── Source data ──

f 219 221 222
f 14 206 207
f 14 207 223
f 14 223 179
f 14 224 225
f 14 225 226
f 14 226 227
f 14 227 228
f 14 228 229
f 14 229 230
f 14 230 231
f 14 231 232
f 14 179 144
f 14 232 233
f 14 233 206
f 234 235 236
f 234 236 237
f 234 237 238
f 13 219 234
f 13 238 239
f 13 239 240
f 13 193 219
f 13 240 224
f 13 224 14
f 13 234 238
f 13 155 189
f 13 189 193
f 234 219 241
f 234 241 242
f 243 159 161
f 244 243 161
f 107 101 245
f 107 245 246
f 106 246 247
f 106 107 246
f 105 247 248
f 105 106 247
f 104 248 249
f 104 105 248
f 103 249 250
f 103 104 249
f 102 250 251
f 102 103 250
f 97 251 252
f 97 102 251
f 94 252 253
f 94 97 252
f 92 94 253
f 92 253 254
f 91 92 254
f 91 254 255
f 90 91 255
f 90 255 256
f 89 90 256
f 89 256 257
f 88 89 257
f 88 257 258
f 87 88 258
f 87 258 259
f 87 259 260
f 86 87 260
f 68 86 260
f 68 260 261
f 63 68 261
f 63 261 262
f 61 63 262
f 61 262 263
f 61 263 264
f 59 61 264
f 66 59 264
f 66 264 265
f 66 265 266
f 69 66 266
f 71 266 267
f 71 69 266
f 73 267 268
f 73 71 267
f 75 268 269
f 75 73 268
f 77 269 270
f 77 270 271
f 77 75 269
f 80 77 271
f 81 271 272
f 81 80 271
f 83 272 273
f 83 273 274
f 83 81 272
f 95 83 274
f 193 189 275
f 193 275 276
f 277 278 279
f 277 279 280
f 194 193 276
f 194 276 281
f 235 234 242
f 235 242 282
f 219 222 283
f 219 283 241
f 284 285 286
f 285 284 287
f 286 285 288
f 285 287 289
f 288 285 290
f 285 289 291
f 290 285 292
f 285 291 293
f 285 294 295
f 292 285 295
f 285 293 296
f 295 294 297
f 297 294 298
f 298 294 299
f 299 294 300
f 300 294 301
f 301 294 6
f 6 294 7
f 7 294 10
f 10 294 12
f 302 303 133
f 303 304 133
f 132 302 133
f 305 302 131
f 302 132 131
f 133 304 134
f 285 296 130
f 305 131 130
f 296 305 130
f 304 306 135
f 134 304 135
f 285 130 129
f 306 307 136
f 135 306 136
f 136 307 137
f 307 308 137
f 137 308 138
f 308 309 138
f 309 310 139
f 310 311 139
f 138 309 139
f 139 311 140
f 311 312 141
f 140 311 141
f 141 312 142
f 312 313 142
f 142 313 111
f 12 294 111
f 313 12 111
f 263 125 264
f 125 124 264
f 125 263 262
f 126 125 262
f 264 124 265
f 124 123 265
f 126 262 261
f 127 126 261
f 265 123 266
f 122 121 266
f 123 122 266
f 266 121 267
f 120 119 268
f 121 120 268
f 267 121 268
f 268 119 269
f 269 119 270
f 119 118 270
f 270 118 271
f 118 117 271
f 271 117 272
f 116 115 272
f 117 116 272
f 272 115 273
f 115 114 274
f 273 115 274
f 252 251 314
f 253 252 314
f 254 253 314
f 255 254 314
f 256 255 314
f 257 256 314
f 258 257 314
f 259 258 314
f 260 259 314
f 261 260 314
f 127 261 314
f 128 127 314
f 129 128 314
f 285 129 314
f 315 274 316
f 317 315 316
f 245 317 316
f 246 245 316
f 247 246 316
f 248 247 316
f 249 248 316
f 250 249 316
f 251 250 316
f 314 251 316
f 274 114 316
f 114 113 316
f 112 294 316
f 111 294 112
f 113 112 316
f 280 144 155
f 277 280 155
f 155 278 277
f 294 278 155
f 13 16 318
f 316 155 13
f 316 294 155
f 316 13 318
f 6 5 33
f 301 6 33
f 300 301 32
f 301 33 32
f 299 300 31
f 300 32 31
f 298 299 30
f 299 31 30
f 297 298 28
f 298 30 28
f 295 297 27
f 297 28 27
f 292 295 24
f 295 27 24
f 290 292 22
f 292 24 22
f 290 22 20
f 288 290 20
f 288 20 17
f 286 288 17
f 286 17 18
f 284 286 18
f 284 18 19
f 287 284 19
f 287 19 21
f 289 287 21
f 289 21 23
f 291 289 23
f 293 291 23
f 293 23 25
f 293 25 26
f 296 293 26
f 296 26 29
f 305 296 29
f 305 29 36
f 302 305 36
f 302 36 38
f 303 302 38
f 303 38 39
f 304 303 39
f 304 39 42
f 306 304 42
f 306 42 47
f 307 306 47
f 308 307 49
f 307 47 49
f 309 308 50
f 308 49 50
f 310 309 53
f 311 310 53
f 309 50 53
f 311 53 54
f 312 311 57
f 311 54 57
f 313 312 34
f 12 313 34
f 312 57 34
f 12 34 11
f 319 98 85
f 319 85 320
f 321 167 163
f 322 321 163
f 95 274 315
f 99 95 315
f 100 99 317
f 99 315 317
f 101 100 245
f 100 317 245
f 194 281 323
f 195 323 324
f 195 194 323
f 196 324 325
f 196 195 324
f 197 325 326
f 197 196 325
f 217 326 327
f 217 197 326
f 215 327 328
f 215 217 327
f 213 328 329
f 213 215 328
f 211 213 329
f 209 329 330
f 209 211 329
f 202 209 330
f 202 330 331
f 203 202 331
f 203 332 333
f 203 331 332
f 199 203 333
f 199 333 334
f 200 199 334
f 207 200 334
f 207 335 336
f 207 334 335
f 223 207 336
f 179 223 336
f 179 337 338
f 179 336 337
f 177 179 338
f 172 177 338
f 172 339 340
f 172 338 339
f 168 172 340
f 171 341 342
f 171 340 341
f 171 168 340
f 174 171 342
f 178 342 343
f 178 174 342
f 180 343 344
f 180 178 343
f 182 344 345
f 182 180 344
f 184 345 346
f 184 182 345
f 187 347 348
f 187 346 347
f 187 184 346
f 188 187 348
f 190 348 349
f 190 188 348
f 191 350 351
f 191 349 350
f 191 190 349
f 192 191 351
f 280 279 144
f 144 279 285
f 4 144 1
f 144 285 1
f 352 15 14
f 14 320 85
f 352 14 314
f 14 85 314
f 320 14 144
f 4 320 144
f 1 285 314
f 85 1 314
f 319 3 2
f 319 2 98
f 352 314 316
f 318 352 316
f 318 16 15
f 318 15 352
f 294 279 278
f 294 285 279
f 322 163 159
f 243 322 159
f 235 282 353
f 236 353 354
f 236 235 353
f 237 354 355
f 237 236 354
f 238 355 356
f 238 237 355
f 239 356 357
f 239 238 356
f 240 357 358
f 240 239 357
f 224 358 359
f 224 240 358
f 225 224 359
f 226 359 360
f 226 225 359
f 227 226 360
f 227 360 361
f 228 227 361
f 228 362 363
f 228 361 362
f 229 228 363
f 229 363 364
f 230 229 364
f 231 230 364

───
── Source data ──

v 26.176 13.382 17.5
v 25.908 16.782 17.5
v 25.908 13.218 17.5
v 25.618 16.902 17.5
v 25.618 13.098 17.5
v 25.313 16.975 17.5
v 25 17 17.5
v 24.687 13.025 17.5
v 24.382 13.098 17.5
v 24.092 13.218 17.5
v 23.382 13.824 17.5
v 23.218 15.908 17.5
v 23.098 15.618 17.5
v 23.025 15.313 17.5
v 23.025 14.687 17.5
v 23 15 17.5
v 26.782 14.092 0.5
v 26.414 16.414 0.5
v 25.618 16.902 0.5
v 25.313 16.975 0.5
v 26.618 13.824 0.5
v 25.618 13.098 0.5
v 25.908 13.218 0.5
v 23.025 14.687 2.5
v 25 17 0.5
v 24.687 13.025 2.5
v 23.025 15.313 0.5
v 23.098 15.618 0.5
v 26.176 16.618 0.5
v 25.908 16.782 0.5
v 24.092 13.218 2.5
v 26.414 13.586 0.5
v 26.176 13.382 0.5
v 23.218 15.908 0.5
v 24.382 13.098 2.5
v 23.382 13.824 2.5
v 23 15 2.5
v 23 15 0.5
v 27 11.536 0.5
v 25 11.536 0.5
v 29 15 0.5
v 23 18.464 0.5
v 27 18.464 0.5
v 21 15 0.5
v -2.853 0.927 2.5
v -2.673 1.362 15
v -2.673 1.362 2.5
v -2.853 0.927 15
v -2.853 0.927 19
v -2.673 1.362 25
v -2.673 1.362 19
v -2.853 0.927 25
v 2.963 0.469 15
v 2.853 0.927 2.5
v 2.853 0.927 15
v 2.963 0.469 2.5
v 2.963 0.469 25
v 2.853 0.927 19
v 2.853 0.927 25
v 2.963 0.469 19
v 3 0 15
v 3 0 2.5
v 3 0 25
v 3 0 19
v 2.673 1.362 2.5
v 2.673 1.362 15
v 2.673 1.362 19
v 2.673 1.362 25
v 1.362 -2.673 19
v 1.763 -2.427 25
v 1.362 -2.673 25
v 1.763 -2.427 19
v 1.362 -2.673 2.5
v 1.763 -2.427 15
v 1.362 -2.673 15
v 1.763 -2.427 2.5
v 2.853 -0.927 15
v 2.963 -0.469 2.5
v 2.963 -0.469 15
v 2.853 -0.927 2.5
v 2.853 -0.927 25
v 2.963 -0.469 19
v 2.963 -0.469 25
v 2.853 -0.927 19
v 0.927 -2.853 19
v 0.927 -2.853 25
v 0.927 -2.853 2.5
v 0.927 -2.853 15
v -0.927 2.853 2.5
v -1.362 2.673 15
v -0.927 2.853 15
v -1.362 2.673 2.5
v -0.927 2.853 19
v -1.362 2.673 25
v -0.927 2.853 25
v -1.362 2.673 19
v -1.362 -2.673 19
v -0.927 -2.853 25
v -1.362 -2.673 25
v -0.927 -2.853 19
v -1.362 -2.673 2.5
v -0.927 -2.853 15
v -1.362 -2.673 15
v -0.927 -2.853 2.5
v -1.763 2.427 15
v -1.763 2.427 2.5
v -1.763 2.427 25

───

Your task for the entries above: copy exactly the span starting with the line with "f 13 224 14" and going on through the line with "f 267 121 268", both lines included, and nothing else.

Result below:
f 13 224 14
f 13 234 238
f 13 155 189
f 13 189 193
f 234 219 241
f 234 241 242
f 243 159 161
f 244 243 161
f 107 101 245
f 107 245 246
f 106 246 247
f 106 107 246
f 105 247 248
f 105 106 247
f 104 248 249
f 104 105 248
f 103 249 250
f 103 104 249
f 102 250 251
f 102 103 250
f 97 251 252
f 97 102 251
f 94 252 253
f 94 97 252
f 92 94 253
f 92 253 254
f 91 92 254
f 91 254 255
f 90 91 255
f 90 255 256
f 89 90 256
f 89 256 257
f 88 89 257
f 88 257 258
f 87 88 258
f 87 258 259
f 87 259 260
f 86 87 260
f 68 86 260
f 68 260 261
f 63 68 261
f 63 261 262
f 61 63 262
f 61 262 263
f 61 263 264
f 59 61 264
f 66 59 264
f 66 264 265
f 66 265 266
f 69 66 266
f 71 266 267
f 71 69 266
f 73 267 268
f 73 71 267
f 75 268 269
f 75 73 268
f 77 269 270
f 77 270 271
f 77 75 269
f 80 77 271
f 81 271 272
f 81 80 271
f 83 272 273
f 83 273 274
f 83 81 272
f 95 83 274
f 193 189 275
f 193 275 276
f 277 278 279
f 277 279 280
f 194 193 276
f 194 276 281
f 235 234 242
f 235 242 282
f 219 222 283
f 219 283 241
f 284 285 286
f 285 284 287
f 286 285 288
f 285 287 289
f 288 285 290
f 285 289 291
f 290 285 292
f 285 291 293
f 285 294 295
f 292 285 295
f 285 293 296
f 295 294 297
f 297 294 298
f 298 294 299
f 299 294 300
f 300 294 301
f 301 294 6
f 6 294 7
f 7 294 10
f 10 294 12
f 302 303 133
f 303 304 133
f 132 302 133
f 305 302 131
f 302 132 131
f 133 304 134
f 285 296 130
f 305 131 130
f 296 305 130
f 304 306 135
f 134 304 135
f 285 130 129
f 306 307 136
f 135 306 136
f 136 307 137
f 307 308 137
f 137 308 138
f 308 309 138
f 309 310 139
f 310 311 139
f 138 309 139
f 139 311 140
f 311 312 141
f 140 311 141
f 141 312 142
f 312 313 142
f 142 313 111
f 12 294 111
f 313 12 111
f 263 125 264
f 125 124 264
f 125 263 262
f 126 125 262
f 264 124 265
f 124 123 265
f 126 262 261
f 127 126 261
f 265 123 266
f 122 121 266
f 123 122 266
f 266 121 267
f 120 119 268
f 121 120 268
f 267 121 268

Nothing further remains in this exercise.